**WHAT THE TASK REQUIRES**
The required output is the exact run of lines below that opens at the line with "#140=EDGE_CURVE('',#102,#138,#139,.T.);" and closes at the line with "#172=LINE('',#165,#103);".

(Beginning of SUPPLIED DATA)

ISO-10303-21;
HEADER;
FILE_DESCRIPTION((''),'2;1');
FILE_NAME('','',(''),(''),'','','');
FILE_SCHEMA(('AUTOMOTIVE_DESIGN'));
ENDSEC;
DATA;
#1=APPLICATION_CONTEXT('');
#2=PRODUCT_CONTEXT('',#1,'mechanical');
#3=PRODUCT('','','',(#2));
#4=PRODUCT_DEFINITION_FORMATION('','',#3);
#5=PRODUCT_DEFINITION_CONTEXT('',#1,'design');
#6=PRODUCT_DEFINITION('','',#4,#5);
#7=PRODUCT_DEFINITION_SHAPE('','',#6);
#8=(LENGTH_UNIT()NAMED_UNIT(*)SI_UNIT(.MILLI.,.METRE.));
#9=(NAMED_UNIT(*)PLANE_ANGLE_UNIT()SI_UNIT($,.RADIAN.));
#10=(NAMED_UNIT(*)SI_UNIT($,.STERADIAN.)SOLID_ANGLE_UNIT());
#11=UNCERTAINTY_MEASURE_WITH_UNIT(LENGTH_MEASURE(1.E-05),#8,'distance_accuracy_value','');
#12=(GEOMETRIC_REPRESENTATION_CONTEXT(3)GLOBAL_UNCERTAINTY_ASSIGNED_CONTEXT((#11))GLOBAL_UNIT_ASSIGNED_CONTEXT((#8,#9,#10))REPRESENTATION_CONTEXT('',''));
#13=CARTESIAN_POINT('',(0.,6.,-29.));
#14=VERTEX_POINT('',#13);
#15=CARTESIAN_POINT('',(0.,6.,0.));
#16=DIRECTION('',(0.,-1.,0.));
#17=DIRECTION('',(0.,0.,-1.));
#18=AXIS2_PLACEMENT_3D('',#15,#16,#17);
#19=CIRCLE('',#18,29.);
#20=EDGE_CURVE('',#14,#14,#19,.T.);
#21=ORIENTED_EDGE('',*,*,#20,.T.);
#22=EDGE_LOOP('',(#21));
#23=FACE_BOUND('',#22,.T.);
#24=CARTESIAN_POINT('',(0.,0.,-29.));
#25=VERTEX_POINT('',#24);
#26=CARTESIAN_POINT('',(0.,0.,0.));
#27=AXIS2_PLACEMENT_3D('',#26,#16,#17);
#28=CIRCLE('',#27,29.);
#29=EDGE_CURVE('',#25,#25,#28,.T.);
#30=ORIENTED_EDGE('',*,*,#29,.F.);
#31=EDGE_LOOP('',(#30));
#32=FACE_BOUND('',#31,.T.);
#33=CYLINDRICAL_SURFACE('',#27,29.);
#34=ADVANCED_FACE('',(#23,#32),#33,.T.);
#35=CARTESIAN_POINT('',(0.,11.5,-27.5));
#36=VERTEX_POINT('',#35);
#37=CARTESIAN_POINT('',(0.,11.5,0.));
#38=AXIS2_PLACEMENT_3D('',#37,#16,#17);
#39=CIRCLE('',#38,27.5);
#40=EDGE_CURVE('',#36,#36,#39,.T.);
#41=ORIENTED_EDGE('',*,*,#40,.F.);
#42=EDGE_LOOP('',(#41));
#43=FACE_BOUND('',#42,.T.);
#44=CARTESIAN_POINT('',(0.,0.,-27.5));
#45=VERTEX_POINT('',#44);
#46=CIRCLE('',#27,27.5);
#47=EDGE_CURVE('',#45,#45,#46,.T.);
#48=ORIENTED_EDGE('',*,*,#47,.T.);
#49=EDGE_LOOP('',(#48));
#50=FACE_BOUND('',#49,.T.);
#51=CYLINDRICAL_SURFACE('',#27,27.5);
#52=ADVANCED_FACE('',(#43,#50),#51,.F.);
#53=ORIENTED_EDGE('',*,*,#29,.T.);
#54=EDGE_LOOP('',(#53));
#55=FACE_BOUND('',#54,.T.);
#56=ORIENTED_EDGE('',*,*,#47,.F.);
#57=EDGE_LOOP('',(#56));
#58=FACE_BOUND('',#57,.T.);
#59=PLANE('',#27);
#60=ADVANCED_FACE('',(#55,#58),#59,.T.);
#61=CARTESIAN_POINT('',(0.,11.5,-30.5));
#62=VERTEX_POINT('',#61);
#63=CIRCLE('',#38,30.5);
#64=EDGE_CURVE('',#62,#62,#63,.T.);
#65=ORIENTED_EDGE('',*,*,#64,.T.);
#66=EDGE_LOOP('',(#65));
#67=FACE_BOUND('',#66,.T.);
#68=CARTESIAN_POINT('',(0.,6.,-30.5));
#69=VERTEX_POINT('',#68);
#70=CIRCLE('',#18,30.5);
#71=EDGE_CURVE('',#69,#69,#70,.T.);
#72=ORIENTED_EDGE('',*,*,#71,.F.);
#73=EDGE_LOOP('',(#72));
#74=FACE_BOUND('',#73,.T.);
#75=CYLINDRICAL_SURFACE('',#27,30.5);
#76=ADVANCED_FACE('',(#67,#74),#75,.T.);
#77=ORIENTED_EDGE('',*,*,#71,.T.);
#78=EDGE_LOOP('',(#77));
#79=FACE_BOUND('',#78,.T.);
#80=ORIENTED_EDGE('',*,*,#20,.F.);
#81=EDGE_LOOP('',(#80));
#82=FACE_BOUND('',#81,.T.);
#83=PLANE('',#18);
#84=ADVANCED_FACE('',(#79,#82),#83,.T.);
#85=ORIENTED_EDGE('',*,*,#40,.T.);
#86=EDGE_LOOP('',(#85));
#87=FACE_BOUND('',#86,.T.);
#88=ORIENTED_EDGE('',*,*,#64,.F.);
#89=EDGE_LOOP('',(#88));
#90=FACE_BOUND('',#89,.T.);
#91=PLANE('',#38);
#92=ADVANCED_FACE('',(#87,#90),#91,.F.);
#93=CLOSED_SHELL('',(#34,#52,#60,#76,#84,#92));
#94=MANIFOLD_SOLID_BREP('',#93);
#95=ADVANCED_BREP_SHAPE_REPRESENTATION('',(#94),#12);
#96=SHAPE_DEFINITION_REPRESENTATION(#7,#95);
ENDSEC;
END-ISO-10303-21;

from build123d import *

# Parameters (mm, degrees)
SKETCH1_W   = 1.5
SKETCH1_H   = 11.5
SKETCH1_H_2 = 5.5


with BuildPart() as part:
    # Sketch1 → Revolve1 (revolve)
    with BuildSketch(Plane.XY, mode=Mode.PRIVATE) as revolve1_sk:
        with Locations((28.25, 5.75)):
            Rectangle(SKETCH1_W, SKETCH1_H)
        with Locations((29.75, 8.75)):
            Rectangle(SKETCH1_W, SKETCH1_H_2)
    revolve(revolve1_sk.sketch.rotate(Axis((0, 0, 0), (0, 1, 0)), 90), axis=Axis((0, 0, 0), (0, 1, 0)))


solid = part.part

(End of SUPPLIED DATA)
(Beginning of SUPPLIED DATA)

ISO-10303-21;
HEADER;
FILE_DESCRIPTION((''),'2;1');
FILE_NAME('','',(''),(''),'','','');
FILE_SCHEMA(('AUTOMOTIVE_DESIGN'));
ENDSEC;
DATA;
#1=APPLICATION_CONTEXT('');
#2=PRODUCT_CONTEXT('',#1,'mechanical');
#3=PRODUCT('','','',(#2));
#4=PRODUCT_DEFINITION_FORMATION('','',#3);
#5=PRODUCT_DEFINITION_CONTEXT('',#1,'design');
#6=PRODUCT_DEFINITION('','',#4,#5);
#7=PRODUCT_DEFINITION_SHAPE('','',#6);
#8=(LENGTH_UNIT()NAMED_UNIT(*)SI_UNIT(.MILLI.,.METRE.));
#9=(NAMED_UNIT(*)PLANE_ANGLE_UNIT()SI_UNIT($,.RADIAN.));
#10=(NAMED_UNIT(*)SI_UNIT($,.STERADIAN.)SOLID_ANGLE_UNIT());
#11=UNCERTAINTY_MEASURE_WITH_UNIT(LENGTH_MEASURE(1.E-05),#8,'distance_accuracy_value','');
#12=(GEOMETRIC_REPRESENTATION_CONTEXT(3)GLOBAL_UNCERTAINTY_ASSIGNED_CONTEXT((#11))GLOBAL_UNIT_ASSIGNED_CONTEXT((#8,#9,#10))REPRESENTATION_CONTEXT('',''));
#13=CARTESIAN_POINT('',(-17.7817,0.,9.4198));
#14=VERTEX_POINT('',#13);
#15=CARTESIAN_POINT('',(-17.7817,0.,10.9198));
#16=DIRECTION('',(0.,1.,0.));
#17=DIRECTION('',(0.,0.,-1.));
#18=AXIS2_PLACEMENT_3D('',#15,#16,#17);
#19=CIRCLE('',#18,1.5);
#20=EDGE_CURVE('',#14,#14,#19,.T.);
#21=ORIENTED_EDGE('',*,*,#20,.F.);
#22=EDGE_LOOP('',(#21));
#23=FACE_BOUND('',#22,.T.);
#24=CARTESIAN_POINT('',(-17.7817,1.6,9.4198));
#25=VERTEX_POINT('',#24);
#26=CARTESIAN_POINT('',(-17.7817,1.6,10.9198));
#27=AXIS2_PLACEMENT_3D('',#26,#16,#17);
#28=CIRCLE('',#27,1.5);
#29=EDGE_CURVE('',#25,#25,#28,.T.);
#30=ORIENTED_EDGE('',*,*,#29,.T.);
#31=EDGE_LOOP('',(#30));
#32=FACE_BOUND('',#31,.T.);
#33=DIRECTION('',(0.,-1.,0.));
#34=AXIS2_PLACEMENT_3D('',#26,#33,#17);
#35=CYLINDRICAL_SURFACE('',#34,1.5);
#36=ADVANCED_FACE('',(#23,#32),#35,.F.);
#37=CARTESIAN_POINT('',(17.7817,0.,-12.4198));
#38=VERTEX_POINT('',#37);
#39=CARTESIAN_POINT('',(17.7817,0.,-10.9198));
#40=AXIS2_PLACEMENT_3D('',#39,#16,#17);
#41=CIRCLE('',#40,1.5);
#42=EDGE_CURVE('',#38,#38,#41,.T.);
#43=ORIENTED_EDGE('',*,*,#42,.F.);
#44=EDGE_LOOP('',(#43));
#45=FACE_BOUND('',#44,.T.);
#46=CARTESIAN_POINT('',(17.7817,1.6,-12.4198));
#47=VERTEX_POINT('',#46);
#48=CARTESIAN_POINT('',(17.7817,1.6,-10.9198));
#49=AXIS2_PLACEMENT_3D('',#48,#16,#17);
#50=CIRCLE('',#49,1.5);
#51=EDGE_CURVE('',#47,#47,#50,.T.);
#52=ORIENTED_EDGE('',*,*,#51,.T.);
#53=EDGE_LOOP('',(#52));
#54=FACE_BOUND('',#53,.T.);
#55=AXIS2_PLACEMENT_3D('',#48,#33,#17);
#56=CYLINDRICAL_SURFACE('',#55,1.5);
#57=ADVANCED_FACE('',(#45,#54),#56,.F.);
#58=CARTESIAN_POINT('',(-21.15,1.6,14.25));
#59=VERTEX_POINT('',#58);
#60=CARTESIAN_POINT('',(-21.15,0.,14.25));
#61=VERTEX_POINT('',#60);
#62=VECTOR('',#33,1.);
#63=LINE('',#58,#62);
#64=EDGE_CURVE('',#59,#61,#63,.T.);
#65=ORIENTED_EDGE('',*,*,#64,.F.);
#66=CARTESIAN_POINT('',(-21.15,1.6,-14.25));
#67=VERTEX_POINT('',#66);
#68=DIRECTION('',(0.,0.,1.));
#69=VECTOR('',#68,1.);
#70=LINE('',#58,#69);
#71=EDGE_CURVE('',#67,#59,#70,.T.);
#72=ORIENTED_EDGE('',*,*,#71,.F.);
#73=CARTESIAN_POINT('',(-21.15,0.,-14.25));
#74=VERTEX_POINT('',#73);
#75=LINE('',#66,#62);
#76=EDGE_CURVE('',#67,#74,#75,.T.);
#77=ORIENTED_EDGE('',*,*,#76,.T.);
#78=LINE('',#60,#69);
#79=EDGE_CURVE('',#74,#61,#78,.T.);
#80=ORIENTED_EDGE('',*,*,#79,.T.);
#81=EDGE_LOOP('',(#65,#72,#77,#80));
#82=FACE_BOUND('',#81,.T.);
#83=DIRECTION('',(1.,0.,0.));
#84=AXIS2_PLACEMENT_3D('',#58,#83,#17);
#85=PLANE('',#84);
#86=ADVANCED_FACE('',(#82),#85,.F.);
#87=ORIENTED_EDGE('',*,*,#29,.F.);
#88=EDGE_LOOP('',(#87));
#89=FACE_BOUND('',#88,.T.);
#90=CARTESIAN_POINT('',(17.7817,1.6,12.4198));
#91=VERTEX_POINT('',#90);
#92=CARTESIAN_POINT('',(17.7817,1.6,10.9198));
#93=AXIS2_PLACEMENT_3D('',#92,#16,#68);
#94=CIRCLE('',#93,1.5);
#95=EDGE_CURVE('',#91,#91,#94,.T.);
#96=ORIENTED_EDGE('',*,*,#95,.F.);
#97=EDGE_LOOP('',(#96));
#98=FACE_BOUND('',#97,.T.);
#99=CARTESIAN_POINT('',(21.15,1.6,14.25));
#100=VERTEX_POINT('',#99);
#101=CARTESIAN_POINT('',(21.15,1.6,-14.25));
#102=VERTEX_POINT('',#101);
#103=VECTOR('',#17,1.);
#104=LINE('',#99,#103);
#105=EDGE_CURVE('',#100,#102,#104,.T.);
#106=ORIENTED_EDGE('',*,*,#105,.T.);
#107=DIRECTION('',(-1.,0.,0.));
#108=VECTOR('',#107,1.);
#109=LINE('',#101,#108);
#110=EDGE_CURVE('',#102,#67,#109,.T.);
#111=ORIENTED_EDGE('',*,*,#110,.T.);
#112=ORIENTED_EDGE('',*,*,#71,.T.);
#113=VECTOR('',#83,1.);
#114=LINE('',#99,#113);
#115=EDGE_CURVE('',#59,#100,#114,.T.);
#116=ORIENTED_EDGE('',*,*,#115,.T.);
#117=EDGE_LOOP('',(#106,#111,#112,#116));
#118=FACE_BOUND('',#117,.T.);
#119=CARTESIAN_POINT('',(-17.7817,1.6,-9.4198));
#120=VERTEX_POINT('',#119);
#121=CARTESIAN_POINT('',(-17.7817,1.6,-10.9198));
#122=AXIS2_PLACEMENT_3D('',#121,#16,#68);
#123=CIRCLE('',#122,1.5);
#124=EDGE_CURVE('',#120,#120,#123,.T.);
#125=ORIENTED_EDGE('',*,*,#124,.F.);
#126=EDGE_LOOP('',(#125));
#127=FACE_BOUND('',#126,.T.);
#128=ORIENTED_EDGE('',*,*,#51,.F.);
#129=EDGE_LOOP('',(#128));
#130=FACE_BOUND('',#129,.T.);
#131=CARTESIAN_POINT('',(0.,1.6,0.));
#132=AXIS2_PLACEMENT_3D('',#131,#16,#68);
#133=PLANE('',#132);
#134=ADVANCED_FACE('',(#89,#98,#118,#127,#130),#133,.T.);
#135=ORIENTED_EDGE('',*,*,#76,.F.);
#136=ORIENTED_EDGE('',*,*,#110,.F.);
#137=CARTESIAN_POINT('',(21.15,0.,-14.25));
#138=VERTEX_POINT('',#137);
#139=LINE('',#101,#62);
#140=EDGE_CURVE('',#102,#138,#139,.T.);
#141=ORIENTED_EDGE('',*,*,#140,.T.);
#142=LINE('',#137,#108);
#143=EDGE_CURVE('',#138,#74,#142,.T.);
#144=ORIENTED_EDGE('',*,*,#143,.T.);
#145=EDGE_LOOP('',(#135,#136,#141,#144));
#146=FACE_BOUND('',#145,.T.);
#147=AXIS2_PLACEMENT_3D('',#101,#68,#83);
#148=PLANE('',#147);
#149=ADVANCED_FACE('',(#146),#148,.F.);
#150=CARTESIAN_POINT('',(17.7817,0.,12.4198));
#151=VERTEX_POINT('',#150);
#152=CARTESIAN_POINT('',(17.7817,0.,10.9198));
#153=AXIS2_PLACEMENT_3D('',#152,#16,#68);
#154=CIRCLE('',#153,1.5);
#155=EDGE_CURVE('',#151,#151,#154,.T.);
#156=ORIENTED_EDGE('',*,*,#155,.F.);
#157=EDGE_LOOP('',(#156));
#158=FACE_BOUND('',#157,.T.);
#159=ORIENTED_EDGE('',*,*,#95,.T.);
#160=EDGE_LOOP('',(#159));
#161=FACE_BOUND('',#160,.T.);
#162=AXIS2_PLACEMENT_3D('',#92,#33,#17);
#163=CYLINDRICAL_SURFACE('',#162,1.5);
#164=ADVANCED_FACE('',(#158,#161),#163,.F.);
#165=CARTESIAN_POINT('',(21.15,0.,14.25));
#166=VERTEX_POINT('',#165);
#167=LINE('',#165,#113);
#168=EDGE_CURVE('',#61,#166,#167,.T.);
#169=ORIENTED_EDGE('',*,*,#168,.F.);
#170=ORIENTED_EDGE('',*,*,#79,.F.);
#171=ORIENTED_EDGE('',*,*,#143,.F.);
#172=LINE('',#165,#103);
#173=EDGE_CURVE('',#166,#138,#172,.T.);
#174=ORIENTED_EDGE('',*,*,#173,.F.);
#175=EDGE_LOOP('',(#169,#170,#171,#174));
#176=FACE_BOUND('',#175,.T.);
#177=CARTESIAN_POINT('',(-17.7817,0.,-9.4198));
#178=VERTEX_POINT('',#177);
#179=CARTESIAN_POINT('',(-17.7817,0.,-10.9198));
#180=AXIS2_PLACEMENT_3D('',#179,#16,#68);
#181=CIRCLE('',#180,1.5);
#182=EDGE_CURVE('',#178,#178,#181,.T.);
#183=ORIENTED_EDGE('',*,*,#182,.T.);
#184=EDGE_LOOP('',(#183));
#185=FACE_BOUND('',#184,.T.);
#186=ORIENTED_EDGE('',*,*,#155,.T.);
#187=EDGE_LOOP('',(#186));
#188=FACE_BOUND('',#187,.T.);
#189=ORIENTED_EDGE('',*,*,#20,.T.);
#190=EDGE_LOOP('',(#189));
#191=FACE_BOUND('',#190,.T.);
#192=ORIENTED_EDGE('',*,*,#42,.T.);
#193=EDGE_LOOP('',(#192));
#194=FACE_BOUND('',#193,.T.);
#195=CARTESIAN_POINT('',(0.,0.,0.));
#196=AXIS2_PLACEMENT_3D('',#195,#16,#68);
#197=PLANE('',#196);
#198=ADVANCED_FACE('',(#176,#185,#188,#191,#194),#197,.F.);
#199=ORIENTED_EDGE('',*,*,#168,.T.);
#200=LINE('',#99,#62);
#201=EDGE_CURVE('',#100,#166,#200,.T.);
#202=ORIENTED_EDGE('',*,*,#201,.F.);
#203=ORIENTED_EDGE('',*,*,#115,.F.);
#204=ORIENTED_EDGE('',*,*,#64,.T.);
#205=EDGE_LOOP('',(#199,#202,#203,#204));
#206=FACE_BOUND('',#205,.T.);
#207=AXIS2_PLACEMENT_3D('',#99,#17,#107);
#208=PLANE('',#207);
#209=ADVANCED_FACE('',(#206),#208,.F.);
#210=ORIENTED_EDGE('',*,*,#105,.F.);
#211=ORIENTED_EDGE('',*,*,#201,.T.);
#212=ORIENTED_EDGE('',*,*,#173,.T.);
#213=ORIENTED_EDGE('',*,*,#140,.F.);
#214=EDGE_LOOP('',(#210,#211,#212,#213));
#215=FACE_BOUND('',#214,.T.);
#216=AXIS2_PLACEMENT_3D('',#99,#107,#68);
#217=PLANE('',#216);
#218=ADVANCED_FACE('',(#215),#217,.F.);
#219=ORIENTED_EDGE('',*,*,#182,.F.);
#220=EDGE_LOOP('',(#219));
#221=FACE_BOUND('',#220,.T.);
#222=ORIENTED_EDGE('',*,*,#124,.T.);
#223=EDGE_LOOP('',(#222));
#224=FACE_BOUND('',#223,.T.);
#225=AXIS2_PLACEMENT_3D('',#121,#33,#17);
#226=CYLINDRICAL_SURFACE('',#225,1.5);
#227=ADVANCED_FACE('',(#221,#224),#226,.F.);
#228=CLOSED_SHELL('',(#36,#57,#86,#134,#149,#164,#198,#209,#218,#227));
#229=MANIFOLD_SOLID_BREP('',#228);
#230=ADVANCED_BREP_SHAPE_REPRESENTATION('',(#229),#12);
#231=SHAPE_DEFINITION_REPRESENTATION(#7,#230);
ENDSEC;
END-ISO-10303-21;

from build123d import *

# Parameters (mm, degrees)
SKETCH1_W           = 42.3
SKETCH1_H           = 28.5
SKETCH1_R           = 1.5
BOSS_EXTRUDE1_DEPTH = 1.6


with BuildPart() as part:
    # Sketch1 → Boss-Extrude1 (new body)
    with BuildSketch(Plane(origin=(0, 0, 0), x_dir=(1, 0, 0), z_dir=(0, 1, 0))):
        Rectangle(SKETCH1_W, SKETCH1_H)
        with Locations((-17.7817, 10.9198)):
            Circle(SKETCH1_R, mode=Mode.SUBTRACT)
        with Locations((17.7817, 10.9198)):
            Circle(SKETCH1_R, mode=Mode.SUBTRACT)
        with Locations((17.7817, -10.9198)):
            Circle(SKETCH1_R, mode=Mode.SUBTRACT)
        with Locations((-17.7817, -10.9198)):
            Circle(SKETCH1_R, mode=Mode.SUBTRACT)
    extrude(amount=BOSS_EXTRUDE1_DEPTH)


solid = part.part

(End of SUPPLIED DATA)

**REPLY**
#140=EDGE_CURVE('',#102,#138,#139,.T.);
#141=ORIENTED_EDGE('',*,*,#140,.T.);
#142=LINE('',#137,#108);
#143=EDGE_CURVE('',#138,#74,#142,.T.);
#144=ORIENTED_EDGE('',*,*,#143,.T.);
#145=EDGE_LOOP('',(#135,#136,#141,#144));
#146=FACE_BOUND('',#145,.T.);
#147=AXIS2_PLACEMENT_3D('',#101,#68,#83);
#148=PLANE('',#147);
#149=ADVANCED_FACE('',(#146),#148,.F.);
#150=CARTESIAN_POINT('',(17.7817,0.,12.4198));
#151=VERTEX_POINT('',#150);
#152=CARTESIAN_POINT('',(17.7817,0.,10.9198));
#153=AXIS2_PLACEMENT_3D('',#152,#16,#68);
#154=CIRCLE('',#153,1.5);
#155=EDGE_CURVE('',#151,#151,#154,.T.);
#156=ORIENTED_EDGE('',*,*,#155,.F.);
#157=EDGE_LOOP('',(#156));
#158=FACE_BOUND('',#157,.T.);
#159=ORIENTED_EDGE('',*,*,#95,.T.);
#160=EDGE_LOOP('',(#159));
#161=FACE_BOUND('',#160,.T.);
#162=AXIS2_PLACEMENT_3D('',#92,#33,#17);
#163=CYLINDRICAL_SURFACE('',#162,1.5);
#164=ADVANCED_FACE('',(#158,#161),#163,.F.);
#165=CARTESIAN_POINT('',(21.15,0.,14.25));
#166=VERTEX_POINT('',#165);
#167=LINE('',#165,#113);
#168=EDGE_CURVE('',#61,#166,#167,.T.);
#169=ORIENTED_EDGE('',*,*,#168,.F.);
#170=ORIENTED_EDGE('',*,*,#79,.F.);
#171=ORIENTED_EDGE('',*,*,#143,.F.);
#172=LINE('',#165,#103);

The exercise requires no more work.